The Department of Banking News Bulletin
Bulletin # 3199 - Week Ending June 13, 2025
This Bulletin constitutes the only official notification you will receive from this office concerning any of the following applications. Any observations you may have are solicited. Any comments should be directed to Jorge L. Perez, Banking Commissioner. Written comments will be considered only if they are received within ten business days from the date of this bulletin.
BANK ACTIVITY
Name Change
On June 11, 2025, the Commissioner approved an application submitted pursuant to Section 36a-82 of the Connecticut General Statutes by Essex Savings Bank (Essex, CT) to change its name to Essex Bank.
CONSUMER CREDIT DIVISION ACTIVITY
UNITED CAPITAL SERVICES CORPORATION
On June 10, 2025, the Commissioner entered into a Consent Order (“Consent Order”) with UNITED CAPITAL SERVICES CORPORATION (NMLS # 1419676), (“United Capital”), Prospect, Connecticut. The Consent Order was based on an investigation by the Consumer Credit Division. As a result of such investigation, the Commissioner alleged that since January 2022, United Capital engaged in the business of a sales finance company in Connecticut without a license, in violation of Section 36a-536 of the Connecticut General Statutes, by receiving payments of principal and interest from Connecticut retail buyers under retail installment contracts or installment loan contracts as a servicer on behalf of holders of those contracts. As part of the Consent Order, United Capital agreed to pay $2,500 as a civil penalty and $1,200 as back licensing fees.
SECURITIES AND BUSINESS INVESTMENTS DIVISION ACTIVITY
The Cheetah Fund LP, C.M. Allen Capital Management, Inc. and Craig Murfee Allen (CRD No. 2625516)
On June 10, 2025, the Banking Commissioner entered a Consent Order (No. CO-25-202310-S) with respect to The Cheetah Fund L.P., an investment fund located at 3090 East Paces Ferry Road, Suite 77, Atlanta, Georgia 30305, C.M. Allen Capital Management, Inc. and Craig Murfee Allen. C.M. Allen Capital Management, Inc., a Georgia corporation, was administratively dissolved on October 22, 2020. Respondent Allen of 3185 Nancy Creek Road NW Atlanta, Georgia 30327, was the control person of the two entities.
The Consent Order had been preceded by a May 20, 2024 Order to Cease and Desist, Order to Make Restitution, Notice of Intent to Fine and Notice of Right to Hearing (No. CRF-24-202310-S). That action alleged that the Respondents violated Section 36b-16 of the Connecticut Uniform Securities by offering and selling unregistered interests in The Cheetah Fund L.P. to Connecticut investors.
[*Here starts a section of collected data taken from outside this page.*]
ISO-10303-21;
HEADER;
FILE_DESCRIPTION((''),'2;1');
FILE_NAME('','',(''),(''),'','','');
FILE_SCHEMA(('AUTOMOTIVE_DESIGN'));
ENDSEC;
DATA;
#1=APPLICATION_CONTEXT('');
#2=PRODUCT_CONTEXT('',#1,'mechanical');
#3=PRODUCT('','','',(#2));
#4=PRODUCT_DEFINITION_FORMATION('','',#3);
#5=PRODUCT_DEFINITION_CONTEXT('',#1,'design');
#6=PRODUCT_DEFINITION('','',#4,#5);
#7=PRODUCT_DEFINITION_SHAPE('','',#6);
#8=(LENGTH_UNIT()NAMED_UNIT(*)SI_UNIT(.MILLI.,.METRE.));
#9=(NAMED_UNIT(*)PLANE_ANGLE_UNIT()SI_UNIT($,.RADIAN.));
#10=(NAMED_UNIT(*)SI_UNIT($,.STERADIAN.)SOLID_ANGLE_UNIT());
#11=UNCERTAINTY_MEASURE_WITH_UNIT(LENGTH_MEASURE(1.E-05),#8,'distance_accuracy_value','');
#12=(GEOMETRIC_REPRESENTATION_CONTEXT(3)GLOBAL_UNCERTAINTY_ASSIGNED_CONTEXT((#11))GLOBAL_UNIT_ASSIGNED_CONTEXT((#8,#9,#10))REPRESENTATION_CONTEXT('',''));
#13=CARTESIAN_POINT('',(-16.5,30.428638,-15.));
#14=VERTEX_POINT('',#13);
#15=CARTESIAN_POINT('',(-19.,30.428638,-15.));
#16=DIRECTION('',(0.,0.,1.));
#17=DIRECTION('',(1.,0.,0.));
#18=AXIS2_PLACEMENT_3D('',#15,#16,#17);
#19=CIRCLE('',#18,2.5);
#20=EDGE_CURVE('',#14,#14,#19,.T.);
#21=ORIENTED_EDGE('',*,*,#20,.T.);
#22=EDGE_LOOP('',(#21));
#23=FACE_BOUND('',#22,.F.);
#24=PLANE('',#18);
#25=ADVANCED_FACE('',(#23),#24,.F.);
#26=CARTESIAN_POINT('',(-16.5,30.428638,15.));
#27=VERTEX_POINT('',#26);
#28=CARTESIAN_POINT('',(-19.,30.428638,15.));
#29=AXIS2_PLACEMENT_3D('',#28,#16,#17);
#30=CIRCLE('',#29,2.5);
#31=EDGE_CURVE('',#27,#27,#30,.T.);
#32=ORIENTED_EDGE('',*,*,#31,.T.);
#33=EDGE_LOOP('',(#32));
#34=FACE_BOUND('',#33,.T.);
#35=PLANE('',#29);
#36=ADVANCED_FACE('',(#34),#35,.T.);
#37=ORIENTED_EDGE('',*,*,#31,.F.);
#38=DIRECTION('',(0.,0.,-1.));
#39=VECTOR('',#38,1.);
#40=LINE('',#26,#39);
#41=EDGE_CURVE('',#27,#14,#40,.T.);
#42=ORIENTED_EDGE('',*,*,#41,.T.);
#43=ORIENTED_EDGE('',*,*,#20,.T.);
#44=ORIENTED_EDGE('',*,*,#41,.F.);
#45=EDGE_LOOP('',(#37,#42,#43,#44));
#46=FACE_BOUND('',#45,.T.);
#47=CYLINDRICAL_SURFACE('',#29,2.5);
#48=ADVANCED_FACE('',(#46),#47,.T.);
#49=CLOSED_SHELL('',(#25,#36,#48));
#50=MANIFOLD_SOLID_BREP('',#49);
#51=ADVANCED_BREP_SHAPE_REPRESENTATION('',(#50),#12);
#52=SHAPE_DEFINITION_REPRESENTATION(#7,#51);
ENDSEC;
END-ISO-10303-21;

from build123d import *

# Parameters (mm, degrees)
SKETCH1_R           = 2.5
BOSS_EXTRUDE1_DEPTH = 30


with BuildPart() as part:
    # Sketch1 → Boss-Extrude1 (new body)
    with BuildSketch(Plane.XY.offset(15)):
        with Locations((-19, 30.428638458)):
            Circle(SKETCH1_R)
    extrude(amount=-BOSS_EXTRUDE1_DEPTH)


solid = part.part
The action also alleged that the Respondents violated the antifraud provisions in Section 36b-4(a) of the Act by, among other things, making inflated unsubstantiated earnings claims to investors, falsely representing that The Cheetah Fund had been audited, falsely representing that a famous investor had invested in The Cheetah Fund and, in the case of Respondent Allen, using investor funds to pay his personal expenses. Connecticut investors were unsuccessful in attempting to recoup their invested funds from Respondents.
On January 21, 2025, Respondent Allen was sentenced, in a related matter, to: 1) 87 months of imprisonment in the custody of the Federal Bureau of Prisons, and three years of supervised release thereafter; 2) restitution in the amount of $9,240,521; and 3) special assessment of $100 (United States v. Allen, 1 :24-cr-00323-TWT (N.D.Ga).). The Court found that Allen did not have the ability to pay a fine and the cost of incarceration and therefore the fine and incarceration costs would be waived.
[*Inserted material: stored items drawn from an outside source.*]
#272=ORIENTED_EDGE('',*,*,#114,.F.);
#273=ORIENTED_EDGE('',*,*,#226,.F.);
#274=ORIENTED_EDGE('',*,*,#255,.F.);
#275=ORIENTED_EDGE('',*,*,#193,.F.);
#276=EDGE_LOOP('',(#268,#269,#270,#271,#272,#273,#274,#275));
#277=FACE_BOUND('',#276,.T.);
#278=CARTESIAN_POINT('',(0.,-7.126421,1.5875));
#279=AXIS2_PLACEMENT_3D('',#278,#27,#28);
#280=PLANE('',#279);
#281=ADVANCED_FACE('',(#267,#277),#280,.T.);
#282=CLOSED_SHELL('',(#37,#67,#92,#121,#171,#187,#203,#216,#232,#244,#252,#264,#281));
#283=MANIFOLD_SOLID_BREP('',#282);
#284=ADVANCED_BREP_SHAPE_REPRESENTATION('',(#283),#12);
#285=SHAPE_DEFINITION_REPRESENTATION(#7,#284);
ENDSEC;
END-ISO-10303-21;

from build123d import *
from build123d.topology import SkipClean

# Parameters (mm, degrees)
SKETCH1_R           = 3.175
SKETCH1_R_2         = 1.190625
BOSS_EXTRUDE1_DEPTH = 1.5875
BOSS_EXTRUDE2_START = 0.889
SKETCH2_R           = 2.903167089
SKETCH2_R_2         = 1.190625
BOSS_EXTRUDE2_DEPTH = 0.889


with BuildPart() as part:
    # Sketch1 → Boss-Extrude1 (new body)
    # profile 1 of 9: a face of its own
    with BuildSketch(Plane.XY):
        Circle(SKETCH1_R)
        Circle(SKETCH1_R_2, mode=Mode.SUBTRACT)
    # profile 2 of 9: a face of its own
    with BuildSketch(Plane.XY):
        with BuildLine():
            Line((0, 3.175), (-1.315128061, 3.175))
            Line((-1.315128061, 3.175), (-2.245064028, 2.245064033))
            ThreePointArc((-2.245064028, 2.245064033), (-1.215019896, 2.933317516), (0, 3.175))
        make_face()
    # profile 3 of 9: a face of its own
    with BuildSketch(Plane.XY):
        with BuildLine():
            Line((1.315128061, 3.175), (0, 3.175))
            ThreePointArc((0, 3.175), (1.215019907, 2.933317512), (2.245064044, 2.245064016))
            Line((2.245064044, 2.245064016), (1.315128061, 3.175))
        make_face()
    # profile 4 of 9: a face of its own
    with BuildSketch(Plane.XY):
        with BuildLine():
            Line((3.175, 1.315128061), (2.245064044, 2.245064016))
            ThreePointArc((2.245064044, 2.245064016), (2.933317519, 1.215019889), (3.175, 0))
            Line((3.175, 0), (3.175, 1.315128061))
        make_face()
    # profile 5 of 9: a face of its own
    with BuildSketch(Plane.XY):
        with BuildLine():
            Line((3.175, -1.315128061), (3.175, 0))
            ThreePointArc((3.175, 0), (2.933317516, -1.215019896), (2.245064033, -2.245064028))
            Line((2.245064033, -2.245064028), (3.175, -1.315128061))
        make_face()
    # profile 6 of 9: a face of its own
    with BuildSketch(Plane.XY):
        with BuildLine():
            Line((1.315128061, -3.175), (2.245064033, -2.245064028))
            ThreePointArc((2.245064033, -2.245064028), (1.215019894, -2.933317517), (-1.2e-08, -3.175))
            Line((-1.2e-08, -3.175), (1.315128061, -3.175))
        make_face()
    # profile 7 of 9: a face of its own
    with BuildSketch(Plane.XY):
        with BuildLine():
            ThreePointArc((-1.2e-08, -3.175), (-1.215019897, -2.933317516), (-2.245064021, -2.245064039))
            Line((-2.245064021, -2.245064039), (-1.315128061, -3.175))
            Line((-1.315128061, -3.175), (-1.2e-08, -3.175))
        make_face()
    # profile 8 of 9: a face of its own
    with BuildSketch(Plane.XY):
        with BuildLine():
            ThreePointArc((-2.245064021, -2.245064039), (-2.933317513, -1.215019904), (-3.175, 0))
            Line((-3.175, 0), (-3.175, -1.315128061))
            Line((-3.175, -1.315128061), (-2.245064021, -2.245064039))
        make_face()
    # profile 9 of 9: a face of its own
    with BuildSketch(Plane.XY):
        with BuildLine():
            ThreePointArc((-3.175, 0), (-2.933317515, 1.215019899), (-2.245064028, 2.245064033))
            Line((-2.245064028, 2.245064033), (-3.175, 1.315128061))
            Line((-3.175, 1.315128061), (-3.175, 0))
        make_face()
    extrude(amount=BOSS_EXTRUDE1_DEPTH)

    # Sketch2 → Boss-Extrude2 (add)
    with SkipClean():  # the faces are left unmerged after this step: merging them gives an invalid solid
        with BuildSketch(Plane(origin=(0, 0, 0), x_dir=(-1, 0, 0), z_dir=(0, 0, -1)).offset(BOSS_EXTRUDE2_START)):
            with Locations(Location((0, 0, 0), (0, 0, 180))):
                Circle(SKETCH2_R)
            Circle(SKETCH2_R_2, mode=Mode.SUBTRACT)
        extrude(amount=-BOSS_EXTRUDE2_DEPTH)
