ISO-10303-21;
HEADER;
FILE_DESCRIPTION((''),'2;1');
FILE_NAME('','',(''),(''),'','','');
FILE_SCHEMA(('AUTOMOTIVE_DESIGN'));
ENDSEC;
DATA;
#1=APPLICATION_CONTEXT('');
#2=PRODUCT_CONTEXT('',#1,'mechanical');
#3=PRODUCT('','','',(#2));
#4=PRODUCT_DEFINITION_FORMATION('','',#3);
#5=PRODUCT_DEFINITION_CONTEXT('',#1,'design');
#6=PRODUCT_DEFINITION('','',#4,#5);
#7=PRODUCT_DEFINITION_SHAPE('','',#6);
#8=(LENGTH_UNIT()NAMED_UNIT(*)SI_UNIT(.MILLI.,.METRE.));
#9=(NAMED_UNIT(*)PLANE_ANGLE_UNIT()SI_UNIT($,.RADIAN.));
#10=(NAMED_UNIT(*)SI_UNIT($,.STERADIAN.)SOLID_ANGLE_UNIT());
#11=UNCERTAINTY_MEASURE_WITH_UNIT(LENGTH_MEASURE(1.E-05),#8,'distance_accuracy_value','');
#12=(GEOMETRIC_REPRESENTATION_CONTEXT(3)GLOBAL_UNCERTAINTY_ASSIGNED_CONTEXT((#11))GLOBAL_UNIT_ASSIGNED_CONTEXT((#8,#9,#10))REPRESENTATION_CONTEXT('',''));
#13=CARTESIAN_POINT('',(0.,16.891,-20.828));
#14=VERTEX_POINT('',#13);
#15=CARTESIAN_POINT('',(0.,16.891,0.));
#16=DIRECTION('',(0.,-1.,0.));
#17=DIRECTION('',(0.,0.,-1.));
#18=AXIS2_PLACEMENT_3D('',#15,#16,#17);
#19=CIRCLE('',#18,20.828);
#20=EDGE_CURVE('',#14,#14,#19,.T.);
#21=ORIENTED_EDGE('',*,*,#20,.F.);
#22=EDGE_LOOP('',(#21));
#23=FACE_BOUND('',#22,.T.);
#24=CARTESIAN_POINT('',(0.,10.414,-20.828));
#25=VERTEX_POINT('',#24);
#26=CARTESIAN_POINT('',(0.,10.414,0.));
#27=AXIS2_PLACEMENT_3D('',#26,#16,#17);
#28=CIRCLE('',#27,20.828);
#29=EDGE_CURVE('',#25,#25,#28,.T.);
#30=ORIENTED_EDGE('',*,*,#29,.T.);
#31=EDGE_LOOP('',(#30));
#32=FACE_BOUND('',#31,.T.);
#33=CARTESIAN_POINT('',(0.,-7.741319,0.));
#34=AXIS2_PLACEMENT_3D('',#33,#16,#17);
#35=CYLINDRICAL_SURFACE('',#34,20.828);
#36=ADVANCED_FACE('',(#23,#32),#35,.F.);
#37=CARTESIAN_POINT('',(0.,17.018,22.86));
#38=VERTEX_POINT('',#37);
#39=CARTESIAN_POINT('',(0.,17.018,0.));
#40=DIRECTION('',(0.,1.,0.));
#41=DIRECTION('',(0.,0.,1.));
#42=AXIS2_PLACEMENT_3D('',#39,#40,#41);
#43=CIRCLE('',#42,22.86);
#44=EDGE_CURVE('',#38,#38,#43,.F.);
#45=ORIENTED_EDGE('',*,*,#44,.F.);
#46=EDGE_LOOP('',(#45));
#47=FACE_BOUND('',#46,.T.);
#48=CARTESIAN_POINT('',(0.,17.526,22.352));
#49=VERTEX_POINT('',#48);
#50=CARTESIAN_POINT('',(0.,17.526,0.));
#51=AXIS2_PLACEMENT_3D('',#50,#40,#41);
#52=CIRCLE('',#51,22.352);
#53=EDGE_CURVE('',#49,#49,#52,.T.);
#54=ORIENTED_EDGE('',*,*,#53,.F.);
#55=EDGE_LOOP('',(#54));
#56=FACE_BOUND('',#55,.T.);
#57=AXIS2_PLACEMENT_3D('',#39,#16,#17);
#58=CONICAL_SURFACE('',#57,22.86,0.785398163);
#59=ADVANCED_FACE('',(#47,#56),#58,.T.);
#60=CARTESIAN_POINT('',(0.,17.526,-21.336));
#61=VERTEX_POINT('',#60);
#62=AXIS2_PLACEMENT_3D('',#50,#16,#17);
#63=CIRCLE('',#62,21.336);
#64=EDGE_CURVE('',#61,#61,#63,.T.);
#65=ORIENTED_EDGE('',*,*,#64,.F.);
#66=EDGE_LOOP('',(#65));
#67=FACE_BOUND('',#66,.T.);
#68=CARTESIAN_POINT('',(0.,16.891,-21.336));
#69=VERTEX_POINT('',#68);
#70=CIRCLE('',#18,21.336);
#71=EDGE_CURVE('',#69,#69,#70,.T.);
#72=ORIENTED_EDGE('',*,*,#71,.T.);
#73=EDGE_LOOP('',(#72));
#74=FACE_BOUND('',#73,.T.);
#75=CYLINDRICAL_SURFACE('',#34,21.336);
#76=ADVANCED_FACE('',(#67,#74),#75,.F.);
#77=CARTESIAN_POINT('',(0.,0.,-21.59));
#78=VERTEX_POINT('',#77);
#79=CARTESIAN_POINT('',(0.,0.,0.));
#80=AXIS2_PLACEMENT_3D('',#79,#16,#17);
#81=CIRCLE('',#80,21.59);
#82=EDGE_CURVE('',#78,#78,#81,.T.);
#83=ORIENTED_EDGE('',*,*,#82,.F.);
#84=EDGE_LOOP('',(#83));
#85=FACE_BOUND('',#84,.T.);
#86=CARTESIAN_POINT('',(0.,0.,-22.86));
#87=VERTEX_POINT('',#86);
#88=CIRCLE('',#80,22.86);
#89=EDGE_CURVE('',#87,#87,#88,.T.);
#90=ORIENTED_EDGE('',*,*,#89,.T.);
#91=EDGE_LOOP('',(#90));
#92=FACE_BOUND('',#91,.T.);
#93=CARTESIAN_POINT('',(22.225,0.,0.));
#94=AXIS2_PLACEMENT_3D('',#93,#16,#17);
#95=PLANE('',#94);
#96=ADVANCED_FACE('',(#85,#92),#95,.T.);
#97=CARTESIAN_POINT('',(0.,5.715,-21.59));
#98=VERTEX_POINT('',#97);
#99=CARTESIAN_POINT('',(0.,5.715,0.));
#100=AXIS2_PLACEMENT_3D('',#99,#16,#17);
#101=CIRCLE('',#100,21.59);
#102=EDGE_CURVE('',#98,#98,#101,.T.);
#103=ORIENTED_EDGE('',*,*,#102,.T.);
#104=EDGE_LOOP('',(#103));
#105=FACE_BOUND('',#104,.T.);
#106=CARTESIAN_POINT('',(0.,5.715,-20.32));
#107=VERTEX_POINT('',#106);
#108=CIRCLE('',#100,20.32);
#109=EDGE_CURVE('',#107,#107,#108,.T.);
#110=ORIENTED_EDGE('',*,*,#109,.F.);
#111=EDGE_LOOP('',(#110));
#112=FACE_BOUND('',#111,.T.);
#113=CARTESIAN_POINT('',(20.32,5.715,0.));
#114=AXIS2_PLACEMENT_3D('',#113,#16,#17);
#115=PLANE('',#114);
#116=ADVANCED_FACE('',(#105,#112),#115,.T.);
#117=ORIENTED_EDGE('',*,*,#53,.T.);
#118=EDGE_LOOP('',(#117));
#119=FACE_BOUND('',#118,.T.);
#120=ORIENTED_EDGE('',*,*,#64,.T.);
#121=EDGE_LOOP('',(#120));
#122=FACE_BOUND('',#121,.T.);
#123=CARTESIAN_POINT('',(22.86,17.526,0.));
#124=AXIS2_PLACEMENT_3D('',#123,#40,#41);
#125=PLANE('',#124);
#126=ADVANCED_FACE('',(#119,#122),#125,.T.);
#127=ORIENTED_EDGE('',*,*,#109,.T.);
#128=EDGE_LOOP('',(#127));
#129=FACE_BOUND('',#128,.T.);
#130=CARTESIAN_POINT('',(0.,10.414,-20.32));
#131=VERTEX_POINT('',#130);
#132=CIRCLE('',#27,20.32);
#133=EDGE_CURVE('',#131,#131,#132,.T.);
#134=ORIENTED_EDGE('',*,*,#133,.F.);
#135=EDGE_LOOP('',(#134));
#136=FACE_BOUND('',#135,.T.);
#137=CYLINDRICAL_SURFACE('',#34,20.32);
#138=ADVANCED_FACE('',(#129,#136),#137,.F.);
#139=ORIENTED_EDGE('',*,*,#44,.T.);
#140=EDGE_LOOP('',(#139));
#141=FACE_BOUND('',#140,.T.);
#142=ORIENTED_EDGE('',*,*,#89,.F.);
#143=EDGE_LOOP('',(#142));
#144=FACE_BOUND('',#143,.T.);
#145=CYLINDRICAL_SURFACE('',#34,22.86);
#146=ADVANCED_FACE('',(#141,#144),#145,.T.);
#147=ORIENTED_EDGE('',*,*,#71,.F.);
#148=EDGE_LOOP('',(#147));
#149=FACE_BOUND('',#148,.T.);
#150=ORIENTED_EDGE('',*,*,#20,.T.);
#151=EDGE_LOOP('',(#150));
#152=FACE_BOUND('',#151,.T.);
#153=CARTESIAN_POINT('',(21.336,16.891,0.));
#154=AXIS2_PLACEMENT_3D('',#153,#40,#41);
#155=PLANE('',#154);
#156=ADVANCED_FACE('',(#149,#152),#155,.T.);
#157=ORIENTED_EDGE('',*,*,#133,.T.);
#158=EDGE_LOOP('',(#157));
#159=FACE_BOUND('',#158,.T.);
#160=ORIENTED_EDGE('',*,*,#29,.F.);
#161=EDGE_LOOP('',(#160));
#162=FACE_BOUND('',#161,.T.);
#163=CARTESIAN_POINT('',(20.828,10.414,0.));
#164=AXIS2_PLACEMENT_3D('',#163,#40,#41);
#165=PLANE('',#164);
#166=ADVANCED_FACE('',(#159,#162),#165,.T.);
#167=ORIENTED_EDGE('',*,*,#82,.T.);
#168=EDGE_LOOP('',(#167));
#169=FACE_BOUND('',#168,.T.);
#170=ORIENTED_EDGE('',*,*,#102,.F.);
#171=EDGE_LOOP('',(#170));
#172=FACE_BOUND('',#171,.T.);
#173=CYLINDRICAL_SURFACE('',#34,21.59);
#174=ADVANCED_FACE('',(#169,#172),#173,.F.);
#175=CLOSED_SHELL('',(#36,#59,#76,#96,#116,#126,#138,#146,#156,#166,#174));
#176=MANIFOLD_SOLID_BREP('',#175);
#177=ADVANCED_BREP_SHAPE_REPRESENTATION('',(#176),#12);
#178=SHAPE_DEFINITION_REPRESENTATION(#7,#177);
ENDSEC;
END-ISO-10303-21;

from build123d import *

# Parameters (mm, degrees)
CHAMFER1_SIZE       = 0.508
CHAMFER2_SIZE       = 0.254
BOSS_EXTRUDE1_REACH = 38.774
SKETCH2_R           = 22.86
SKETCH2_R_2         = 21.59


with BuildPart() as part:
    # Sketch1 → Revolve1 (revolve)
    with BuildSketch(Plane.XY, mode=Mode.PRIVATE) as revolve1_sk:
        Polygon((21.336, 16.891), (21.336, 17.526), (22.86, 17.526), (22.86, 0), (22.225, 0), (22.225, 2.413), (21.59, 2.413), (21.59, 5.588), (21.59, 5.715), (20.32, 5.715), (20.32, 10.414), (20.828, 10.414), (20.828, 16.256), (20.828, 16.891), align=None)
    revolve(revolve1_sk.sketch.rotate(Axis((0, -7.741318897, 0), (0, 1, 0)), 90), axis=Axis((0, -7.741318897, 0), (0, 1, 0)))

    # Chamfer1
    chamfer1_edges = [part.edges().sort_by_distance(p)[0] for p in [
        (0, 17.526, 22.86),
    ]]
    chamfer(chamfer1_edges, length=CHAMFER1_SIZE)

    # Chamfer2
    chamfer2_edges = [part.edges().sort_by_distance(p)[0] for p in [
        (0, 0, 22.225),
    ]]
    chamfer(chamfer2_edges, length=CHAMFER2_SIZE)

    # Sketch2 → Boss-Extrude1 (add, up to next)
    with BuildSketch(Plane.XZ, mode=Mode.PRIVATE) as boss_extrude1_sk1:
        with Locations(Location((0, 0, 0), (0, 0, 270))):
            Circle(SKETCH2_R)
        with Locations(Location((0, 0, 0), (0, 0, 270))):
            Circle(SKETCH2_R_2, mode=Mode.SUBTRACT)
    boss_extrude1_tool1 = extrude(boss_extrude1_sk1.sketch, amount=-BOSS_EXTRUDE1_REACH, mode=Mode.PRIVATE) - part.part
    add(boss_extrude1_tool1.solids().sort_by_distance((0, 0, 22.213422))[0])


solid = part.part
The Consent Order directed the Respondents to cease and desist from regulatory violations. In addition, the Consent Order barred Respondent Allen from transacting securities-related business and from engaging in any other capacity that required a license or registration from the Commissioner. In light of the criminal proceeding, the $100,000 fine that otherwise would have been imposed against the Respondents was temporarily stayed for three years following which it would be waived if Respondents remained financially unable to pay.